Items listed in a dataset:
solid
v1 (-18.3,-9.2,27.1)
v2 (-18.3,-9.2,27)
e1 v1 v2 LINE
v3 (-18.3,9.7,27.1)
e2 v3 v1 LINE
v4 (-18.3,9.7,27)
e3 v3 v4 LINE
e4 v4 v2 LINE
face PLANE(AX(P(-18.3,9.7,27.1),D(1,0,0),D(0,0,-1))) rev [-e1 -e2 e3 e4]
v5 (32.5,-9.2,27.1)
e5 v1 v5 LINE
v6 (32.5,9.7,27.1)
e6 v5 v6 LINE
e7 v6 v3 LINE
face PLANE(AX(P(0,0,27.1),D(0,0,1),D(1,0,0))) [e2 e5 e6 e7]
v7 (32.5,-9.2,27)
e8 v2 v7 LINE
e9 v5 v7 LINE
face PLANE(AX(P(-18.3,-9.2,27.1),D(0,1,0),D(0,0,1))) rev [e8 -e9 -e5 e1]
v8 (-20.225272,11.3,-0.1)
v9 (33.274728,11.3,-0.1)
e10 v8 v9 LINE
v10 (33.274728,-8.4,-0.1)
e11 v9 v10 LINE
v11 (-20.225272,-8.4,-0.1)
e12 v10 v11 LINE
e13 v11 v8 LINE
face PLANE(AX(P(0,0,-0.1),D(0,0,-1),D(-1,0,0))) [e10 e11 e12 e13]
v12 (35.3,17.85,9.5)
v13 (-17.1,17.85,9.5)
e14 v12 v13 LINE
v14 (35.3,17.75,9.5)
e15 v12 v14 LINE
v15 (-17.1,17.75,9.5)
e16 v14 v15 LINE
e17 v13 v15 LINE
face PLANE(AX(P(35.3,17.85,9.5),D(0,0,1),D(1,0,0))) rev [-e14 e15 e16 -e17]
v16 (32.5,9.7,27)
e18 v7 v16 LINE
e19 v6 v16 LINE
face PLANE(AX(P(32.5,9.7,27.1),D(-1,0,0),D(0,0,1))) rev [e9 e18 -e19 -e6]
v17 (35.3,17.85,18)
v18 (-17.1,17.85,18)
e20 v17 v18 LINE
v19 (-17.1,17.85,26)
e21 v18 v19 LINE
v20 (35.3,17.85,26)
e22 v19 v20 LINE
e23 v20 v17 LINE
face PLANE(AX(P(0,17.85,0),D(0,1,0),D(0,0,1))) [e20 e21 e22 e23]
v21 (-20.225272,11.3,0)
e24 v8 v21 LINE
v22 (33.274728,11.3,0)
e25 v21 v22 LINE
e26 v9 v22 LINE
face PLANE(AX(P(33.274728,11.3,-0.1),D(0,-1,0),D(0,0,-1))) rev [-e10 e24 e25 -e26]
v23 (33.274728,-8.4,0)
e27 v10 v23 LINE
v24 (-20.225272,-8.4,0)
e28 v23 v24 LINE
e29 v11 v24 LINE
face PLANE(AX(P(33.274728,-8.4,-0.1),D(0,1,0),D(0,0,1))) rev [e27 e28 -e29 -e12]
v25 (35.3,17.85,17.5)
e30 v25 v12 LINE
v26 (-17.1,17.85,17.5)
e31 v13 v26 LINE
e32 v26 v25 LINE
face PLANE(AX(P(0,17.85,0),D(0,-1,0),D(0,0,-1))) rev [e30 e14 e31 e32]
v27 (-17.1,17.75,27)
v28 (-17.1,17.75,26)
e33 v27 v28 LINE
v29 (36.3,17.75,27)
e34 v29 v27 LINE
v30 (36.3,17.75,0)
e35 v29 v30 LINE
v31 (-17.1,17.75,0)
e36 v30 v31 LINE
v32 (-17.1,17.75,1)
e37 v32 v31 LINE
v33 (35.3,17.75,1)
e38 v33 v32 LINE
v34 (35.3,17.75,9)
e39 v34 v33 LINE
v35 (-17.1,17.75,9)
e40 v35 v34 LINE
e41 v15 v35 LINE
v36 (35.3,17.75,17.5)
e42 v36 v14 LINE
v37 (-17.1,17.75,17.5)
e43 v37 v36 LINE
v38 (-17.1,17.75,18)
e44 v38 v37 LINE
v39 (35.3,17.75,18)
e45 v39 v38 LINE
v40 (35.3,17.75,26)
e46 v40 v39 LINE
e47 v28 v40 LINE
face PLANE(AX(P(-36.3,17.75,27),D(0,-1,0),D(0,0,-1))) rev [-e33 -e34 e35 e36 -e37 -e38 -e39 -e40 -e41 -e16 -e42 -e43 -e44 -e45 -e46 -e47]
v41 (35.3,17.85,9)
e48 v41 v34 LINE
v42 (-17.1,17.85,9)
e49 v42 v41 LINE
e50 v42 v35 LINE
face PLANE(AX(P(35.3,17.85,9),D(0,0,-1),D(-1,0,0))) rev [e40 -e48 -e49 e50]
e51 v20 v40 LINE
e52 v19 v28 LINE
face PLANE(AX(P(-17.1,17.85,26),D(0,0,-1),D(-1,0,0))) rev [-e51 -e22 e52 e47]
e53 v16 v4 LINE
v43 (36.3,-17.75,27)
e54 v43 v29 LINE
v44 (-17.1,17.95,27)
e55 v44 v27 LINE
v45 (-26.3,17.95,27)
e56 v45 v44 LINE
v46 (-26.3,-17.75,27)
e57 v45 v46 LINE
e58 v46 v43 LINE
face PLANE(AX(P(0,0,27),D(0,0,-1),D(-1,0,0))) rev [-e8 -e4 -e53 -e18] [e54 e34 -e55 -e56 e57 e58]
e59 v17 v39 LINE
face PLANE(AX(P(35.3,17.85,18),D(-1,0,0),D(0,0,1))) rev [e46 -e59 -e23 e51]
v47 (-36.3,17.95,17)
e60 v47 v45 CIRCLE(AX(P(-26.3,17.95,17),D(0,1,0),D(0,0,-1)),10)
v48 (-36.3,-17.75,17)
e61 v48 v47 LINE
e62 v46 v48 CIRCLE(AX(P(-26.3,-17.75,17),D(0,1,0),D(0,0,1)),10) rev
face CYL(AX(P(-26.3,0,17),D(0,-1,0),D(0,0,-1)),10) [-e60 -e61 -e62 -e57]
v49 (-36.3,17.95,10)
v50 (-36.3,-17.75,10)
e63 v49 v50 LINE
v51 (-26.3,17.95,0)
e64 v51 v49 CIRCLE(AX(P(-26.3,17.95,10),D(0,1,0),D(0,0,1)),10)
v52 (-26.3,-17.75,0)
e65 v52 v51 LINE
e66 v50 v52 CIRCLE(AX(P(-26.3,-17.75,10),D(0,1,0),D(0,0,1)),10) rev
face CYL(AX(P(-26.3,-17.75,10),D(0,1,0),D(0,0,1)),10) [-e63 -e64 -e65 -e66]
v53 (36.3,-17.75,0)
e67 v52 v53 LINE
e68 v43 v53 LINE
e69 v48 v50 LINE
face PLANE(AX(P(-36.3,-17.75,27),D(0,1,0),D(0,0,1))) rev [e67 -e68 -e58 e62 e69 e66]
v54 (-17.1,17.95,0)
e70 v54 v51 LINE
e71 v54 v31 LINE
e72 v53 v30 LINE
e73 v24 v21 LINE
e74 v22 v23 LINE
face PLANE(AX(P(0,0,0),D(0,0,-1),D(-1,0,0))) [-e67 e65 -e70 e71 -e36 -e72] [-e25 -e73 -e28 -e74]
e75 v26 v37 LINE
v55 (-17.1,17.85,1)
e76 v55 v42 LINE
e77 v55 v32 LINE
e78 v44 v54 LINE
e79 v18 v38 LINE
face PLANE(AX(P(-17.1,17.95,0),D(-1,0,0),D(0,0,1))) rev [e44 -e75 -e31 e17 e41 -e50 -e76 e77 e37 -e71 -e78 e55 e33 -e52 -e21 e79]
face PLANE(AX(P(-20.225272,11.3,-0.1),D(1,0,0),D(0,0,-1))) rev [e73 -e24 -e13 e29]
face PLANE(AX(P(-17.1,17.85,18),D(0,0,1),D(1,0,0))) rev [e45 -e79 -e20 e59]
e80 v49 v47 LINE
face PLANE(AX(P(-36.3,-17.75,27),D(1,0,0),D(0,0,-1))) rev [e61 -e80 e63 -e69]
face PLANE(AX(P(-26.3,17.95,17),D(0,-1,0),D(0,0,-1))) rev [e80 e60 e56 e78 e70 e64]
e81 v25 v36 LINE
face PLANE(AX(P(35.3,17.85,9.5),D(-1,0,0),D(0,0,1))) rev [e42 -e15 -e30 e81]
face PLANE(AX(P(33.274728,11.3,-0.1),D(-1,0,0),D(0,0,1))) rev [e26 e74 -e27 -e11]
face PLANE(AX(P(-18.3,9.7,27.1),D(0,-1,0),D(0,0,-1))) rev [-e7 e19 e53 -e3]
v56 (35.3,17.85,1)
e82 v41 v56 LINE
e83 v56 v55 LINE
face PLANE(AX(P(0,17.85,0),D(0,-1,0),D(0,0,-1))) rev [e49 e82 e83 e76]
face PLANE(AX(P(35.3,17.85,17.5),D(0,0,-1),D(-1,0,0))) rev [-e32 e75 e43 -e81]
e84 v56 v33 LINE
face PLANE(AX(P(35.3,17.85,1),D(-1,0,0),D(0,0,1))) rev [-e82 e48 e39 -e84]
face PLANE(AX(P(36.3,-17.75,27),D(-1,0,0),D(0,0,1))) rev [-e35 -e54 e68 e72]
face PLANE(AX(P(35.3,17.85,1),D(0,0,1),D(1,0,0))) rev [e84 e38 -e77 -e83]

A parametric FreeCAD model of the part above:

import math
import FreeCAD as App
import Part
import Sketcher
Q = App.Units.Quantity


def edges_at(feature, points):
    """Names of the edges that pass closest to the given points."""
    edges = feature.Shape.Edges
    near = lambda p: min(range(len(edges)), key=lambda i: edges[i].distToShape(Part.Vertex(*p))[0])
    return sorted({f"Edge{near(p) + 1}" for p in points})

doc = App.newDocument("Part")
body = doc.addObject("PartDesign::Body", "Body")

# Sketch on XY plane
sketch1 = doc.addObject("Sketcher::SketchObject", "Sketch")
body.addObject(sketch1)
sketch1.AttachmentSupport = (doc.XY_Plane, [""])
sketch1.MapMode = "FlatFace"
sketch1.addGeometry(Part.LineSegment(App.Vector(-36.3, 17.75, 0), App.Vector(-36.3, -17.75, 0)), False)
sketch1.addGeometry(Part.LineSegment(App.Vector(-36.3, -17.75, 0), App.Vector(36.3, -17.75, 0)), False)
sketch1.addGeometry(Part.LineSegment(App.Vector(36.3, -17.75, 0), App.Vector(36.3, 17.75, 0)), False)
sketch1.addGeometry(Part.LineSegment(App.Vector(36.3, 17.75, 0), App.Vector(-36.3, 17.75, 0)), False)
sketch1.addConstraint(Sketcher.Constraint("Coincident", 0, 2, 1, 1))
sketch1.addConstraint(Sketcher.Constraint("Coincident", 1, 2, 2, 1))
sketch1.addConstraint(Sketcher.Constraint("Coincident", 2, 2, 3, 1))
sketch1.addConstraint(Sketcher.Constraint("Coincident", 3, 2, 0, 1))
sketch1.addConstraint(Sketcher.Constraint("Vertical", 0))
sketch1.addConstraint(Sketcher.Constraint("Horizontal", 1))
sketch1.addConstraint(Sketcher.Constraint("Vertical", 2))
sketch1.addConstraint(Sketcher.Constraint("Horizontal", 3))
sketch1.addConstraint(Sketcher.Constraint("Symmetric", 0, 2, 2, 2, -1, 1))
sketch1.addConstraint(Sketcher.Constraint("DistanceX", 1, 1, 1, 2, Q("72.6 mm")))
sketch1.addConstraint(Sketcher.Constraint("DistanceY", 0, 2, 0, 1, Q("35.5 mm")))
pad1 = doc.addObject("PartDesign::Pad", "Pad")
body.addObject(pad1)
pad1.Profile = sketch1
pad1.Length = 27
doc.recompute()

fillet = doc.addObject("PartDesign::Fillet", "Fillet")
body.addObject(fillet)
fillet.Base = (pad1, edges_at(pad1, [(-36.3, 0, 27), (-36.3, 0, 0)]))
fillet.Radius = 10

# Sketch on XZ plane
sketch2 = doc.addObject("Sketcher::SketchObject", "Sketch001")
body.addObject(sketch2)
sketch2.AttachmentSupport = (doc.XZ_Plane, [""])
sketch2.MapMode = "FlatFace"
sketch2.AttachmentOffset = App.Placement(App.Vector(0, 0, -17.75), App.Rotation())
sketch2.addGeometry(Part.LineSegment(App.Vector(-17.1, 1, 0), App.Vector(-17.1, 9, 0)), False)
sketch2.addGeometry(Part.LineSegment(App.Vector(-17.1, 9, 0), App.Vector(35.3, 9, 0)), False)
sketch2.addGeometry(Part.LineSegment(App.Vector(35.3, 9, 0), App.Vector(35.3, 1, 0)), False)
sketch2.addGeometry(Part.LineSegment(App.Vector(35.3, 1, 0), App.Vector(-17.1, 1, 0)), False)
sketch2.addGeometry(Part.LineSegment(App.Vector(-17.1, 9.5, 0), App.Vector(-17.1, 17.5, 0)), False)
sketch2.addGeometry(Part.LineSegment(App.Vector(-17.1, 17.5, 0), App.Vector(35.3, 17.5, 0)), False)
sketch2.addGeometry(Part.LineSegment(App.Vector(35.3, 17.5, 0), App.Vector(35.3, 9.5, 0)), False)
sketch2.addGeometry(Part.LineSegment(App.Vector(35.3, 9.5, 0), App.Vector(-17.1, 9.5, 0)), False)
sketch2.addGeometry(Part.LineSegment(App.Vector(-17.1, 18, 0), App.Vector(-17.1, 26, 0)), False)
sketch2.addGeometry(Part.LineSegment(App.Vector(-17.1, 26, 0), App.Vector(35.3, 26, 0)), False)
...
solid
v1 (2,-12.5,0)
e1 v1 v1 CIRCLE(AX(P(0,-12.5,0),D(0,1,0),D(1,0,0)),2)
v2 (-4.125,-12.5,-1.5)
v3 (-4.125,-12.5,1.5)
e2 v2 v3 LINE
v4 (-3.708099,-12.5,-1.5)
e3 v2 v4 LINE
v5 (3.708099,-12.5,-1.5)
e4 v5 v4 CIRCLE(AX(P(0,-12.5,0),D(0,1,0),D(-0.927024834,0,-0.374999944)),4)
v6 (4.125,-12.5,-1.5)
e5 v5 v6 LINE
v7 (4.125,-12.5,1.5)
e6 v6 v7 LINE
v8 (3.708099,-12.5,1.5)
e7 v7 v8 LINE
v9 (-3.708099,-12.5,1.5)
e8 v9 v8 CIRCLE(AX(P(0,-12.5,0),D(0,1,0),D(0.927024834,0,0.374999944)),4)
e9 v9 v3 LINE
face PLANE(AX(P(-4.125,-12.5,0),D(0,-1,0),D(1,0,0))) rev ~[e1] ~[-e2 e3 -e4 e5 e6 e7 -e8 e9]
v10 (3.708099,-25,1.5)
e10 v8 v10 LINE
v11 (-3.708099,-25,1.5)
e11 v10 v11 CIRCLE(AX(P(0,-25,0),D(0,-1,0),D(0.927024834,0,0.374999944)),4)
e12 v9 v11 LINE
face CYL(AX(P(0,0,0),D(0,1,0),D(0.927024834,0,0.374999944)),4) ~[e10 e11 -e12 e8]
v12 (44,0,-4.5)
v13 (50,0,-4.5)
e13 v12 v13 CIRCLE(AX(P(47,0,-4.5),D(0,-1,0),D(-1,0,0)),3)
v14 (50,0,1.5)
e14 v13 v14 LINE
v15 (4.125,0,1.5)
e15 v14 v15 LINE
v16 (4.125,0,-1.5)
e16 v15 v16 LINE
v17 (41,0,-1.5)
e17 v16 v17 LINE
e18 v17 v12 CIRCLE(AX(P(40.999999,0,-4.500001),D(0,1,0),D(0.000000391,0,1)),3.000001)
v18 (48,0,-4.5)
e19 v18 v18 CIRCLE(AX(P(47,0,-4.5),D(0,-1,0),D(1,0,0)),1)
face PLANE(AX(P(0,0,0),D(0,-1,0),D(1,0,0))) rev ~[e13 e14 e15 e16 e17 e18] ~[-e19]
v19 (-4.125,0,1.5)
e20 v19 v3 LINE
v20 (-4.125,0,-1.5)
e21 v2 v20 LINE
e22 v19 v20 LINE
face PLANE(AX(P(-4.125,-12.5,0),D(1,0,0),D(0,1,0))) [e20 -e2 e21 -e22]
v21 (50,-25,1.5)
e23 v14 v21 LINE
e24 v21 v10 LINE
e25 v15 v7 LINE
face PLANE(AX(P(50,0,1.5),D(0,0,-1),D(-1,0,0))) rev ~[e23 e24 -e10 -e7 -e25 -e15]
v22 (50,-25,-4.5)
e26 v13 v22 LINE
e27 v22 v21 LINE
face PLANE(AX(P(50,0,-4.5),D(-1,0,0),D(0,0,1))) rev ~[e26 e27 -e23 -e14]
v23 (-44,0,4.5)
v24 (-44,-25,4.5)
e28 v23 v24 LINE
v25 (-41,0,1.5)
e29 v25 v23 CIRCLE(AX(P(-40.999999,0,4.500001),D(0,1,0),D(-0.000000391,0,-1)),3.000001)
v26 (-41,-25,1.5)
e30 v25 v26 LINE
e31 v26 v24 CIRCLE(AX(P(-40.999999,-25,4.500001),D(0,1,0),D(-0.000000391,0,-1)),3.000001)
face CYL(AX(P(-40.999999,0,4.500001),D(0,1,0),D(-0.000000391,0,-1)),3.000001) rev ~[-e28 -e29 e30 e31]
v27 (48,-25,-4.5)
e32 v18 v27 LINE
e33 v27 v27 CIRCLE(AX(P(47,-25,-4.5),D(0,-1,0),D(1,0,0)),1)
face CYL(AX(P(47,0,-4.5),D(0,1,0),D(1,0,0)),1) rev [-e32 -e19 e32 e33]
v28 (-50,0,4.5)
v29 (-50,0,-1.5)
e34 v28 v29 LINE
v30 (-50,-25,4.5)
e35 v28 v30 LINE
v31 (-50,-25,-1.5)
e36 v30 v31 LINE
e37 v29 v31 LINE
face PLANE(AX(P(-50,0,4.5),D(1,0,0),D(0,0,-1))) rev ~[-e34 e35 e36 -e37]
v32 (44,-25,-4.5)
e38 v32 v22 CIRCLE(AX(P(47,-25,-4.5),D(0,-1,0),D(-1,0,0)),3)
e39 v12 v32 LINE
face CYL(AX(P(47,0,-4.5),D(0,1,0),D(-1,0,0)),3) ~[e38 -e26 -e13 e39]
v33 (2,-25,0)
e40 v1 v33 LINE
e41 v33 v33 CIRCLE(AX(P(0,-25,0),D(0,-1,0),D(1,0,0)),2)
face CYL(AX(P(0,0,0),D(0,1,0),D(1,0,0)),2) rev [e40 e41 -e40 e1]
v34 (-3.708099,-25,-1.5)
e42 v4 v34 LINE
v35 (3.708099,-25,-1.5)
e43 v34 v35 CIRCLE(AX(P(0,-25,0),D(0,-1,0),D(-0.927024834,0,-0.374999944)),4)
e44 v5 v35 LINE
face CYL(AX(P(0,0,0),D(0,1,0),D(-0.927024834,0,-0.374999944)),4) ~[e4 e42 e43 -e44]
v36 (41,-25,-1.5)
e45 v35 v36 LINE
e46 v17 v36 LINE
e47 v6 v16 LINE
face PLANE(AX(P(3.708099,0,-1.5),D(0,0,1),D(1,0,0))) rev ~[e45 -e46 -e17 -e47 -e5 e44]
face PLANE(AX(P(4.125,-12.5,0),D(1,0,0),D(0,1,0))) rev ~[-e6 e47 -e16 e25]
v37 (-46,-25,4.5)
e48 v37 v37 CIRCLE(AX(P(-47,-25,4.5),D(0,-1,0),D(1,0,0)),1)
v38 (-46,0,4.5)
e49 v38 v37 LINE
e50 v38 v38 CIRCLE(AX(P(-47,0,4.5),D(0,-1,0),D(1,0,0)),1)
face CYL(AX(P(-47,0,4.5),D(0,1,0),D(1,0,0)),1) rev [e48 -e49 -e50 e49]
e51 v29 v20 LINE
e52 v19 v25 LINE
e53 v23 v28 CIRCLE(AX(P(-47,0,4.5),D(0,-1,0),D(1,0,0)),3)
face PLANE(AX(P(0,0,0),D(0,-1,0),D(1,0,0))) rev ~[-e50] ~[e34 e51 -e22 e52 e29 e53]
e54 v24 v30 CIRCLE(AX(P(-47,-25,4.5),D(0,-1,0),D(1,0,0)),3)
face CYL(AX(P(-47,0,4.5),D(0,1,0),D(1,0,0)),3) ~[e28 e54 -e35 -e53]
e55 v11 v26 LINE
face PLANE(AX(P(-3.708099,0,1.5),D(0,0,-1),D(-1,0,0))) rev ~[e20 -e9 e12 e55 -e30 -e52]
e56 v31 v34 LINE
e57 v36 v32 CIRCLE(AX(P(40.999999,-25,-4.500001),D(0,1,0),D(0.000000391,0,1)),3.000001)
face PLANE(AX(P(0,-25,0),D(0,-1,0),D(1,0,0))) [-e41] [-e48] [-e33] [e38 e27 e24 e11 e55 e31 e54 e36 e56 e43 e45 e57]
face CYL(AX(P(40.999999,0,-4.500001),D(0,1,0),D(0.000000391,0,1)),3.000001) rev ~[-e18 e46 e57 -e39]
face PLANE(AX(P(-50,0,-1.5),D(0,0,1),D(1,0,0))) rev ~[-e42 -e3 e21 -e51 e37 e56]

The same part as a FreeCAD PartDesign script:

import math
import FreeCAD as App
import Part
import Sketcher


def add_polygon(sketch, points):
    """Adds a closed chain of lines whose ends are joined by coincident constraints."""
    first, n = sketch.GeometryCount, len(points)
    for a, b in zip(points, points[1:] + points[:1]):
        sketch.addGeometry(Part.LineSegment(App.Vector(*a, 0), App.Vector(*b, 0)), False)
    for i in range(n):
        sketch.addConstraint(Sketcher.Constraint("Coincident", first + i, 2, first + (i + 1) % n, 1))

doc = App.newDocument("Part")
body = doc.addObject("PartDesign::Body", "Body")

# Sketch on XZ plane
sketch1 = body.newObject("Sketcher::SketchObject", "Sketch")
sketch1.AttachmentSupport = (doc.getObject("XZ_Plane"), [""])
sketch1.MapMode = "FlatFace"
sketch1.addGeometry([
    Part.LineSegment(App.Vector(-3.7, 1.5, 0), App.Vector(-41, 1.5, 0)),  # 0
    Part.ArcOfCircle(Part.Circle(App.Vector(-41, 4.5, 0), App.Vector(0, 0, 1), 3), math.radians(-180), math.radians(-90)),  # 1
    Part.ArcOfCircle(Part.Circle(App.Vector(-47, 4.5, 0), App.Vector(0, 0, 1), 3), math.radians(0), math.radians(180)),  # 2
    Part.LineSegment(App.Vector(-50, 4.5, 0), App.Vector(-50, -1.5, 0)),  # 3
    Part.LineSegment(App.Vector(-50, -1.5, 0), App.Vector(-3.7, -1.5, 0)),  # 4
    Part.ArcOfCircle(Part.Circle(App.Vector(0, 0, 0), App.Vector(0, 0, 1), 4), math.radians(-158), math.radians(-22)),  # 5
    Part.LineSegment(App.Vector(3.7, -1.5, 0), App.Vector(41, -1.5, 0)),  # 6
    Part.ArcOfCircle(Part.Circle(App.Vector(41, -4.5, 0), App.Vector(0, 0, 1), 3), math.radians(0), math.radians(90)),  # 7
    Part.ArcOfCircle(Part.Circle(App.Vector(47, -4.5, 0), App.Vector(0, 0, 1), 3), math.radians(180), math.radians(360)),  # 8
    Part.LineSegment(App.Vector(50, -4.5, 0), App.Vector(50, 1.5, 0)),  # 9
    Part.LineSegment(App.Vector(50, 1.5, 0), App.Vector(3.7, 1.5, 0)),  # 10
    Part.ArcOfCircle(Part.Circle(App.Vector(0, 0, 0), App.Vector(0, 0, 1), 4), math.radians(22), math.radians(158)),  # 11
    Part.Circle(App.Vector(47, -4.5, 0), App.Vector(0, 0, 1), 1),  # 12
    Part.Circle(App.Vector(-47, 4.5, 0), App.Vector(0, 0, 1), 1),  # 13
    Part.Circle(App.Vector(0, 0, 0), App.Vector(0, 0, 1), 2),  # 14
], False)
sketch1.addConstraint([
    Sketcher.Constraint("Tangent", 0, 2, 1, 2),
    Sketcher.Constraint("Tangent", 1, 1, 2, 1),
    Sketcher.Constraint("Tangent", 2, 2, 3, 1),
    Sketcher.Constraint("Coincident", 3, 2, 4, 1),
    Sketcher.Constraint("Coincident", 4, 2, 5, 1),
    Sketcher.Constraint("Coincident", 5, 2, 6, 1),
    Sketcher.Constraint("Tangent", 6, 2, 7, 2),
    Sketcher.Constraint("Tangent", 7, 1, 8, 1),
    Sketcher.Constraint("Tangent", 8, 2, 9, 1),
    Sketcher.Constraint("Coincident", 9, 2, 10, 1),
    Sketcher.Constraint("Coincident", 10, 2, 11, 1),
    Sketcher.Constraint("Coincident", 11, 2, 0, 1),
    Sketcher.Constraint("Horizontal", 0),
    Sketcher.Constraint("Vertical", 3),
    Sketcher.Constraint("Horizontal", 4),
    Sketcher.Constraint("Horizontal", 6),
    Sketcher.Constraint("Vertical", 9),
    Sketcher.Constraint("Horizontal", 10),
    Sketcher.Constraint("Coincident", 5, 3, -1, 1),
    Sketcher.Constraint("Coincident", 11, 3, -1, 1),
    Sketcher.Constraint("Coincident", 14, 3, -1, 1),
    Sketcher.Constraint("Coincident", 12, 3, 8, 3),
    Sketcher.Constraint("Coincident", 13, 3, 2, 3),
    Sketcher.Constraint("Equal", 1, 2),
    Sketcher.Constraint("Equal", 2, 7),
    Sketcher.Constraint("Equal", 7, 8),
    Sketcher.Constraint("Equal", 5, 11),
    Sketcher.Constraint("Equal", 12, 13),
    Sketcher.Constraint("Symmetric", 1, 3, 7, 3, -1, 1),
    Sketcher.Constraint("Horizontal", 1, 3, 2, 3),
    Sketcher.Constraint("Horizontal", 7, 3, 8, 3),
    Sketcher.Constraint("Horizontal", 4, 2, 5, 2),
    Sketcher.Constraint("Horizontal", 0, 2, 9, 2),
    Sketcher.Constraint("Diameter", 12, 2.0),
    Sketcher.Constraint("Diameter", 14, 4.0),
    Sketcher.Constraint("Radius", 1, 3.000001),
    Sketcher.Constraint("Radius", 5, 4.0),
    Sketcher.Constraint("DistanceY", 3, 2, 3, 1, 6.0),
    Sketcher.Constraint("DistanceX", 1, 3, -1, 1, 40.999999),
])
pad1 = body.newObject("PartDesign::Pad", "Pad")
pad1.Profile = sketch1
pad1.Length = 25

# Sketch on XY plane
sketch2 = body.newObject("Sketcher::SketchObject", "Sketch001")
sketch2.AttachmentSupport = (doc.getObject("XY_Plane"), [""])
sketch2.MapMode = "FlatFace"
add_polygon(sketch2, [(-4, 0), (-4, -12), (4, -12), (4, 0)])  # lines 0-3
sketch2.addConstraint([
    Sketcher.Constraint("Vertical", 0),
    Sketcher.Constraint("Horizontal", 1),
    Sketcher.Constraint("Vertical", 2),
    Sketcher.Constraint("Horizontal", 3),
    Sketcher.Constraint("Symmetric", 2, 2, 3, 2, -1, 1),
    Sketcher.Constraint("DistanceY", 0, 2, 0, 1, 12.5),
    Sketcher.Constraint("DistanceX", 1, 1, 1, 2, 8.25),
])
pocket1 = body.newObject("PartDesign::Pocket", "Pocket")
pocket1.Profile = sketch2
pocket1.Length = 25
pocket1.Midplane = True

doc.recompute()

§ **ASSIGNMENT**
Give back precisely the lines above that start at the line containing "v18 (48,0,-4.5)" and end at the line containing "e39 v12 v32 LINE", inclusive. No other lines belong in the output.

§ **SOLUTION FOR THIS EXERCISE**
v18 (48,0,-4.5)
e19 v18 v18 CIRCLE(AX(P(47,0,-4.5),D(0,-1,0),D(1,0,0)),1)
face PLANE(AX(P(0,0,0),D(0,-1,0),D(1,0,0))) rev ~[e13 e14 e15 e16 e17 e18] ~[-e19]
v19 (-4.125,0,1.5)
e20 v19 v3 LINE
v20 (-4.125,0,-1.5)
e21 v2 v20 LINE
e22 v19 v20 LINE
face PLANE(AX(P(-4.125,-12.5,0),D(1,0,0),D(0,1,0))) [e20 -e2 e21 -e22]
v21 (50,-25,1.5)
e23 v14 v21 LINE
e24 v21 v10 LINE
e25 v15 v7 LINE
face PLANE(AX(P(50,0,1.5),D(0,0,-1),D(-1,0,0))) rev ~[e23 e24 -e10 -e7 -e25 -e15]
v22 (50,-25,-4.5)
e26 v13 v22 LINE
e27 v22 v21 LINE
face PLANE(AX(P(50,0,-4.5),D(-1,0,0),D(0,0,1))) rev ~[e26 e27 -e23 -e14]
v23 (-44,0,4.5)
v24 (-44,-25,4.5)
e28 v23 v24 LINE
v25 (-41,0,1.5)
e29 v25 v23 CIRCLE(AX(P(-40.999999,0,4.500001),D(0,1,0),D(-0.000000391,0,-1)),3.000001)
v26 (-41,-25,1.5)
e30 v25 v26 LINE
e31 v26 v24 CIRCLE(AX(P(-40.999999,-25,4.500001),D(0,1,0),D(-0.000000391,0,-1)),3.000001)
face CYL(AX(P(-40.999999,0,4.500001),D(0,1,0),D(-0.000000391,0,-1)),3.000001) rev ~[-e28 -e29 e30 e31]
v27 (48,-25,-4.5)
e32 v18 v27 LINE
e33 v27 v27 CIRCLE(AX(P(47,-25,-4.5),D(0,-1,0),D(1,0,0)),1)
face CYL(AX(P(47,0,-4.5),D(0,1,0),D(1,0,0)),1) rev [-e32 -e19 e32 e33]
v28 (-50,0,4.5)
v29 (-50,0,-1.5)
e34 v28 v29 LINE
v30 (-50,-25,4.5)
e35 v28 v30 LINE
v31 (-50,-25,-1.5)
e36 v30 v31 LINE
e37 v29 v31 LINE
face PLANE(AX(P(-50,0,4.5),D(1,0,0),D(0,0,-1))) rev ~[-e34 e35 e36 -e37]
v32 (44,-25,-4.5)
e38 v32 v22 CIRCLE(AX(P(47,-25,-4.5),D(0,-1,0),D(-1,0,0)),3)
e39 v12 v32 LINE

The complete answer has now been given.